• **Records to use**:
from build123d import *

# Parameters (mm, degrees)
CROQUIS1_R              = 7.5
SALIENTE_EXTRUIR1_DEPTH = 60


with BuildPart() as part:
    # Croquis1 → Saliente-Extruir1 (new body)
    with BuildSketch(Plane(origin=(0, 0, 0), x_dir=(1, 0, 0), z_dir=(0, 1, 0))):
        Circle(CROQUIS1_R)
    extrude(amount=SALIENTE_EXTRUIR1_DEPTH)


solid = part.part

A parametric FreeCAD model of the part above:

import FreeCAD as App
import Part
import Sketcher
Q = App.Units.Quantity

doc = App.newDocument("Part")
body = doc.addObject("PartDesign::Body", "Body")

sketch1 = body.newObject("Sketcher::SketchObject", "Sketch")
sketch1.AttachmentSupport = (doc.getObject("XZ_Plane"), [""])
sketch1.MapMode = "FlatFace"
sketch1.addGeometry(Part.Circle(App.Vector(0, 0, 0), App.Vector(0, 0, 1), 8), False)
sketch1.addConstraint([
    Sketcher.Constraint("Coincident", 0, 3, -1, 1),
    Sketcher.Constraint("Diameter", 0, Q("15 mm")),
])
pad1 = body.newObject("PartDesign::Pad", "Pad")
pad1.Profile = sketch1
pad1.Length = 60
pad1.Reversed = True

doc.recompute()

• **Instructions for the task**:
When you answer, output each line of the data exactly as given, from its first line up to and including the one with "A parametric FreeCAD".

• **Response to the task**:
from build123d import *

# Parameters (mm, degrees)
CROQUIS1_R              = 7.5
SALIENTE_EXTRUIR1_DEPTH = 60


with BuildPart() as part:
    # Croquis1 → Saliente-Extruir1 (new body)
    with BuildSketch(Plane(origin=(0, 0, 0), x_dir=(1, 0, 0), z_dir=(0, 1, 0))):
        Circle(CROQUIS1_R)
    extrude(amount=SALIENTE_EXTRUIR1_DEPTH)


solid = part.part

A parametric FreeCAD model of the part above:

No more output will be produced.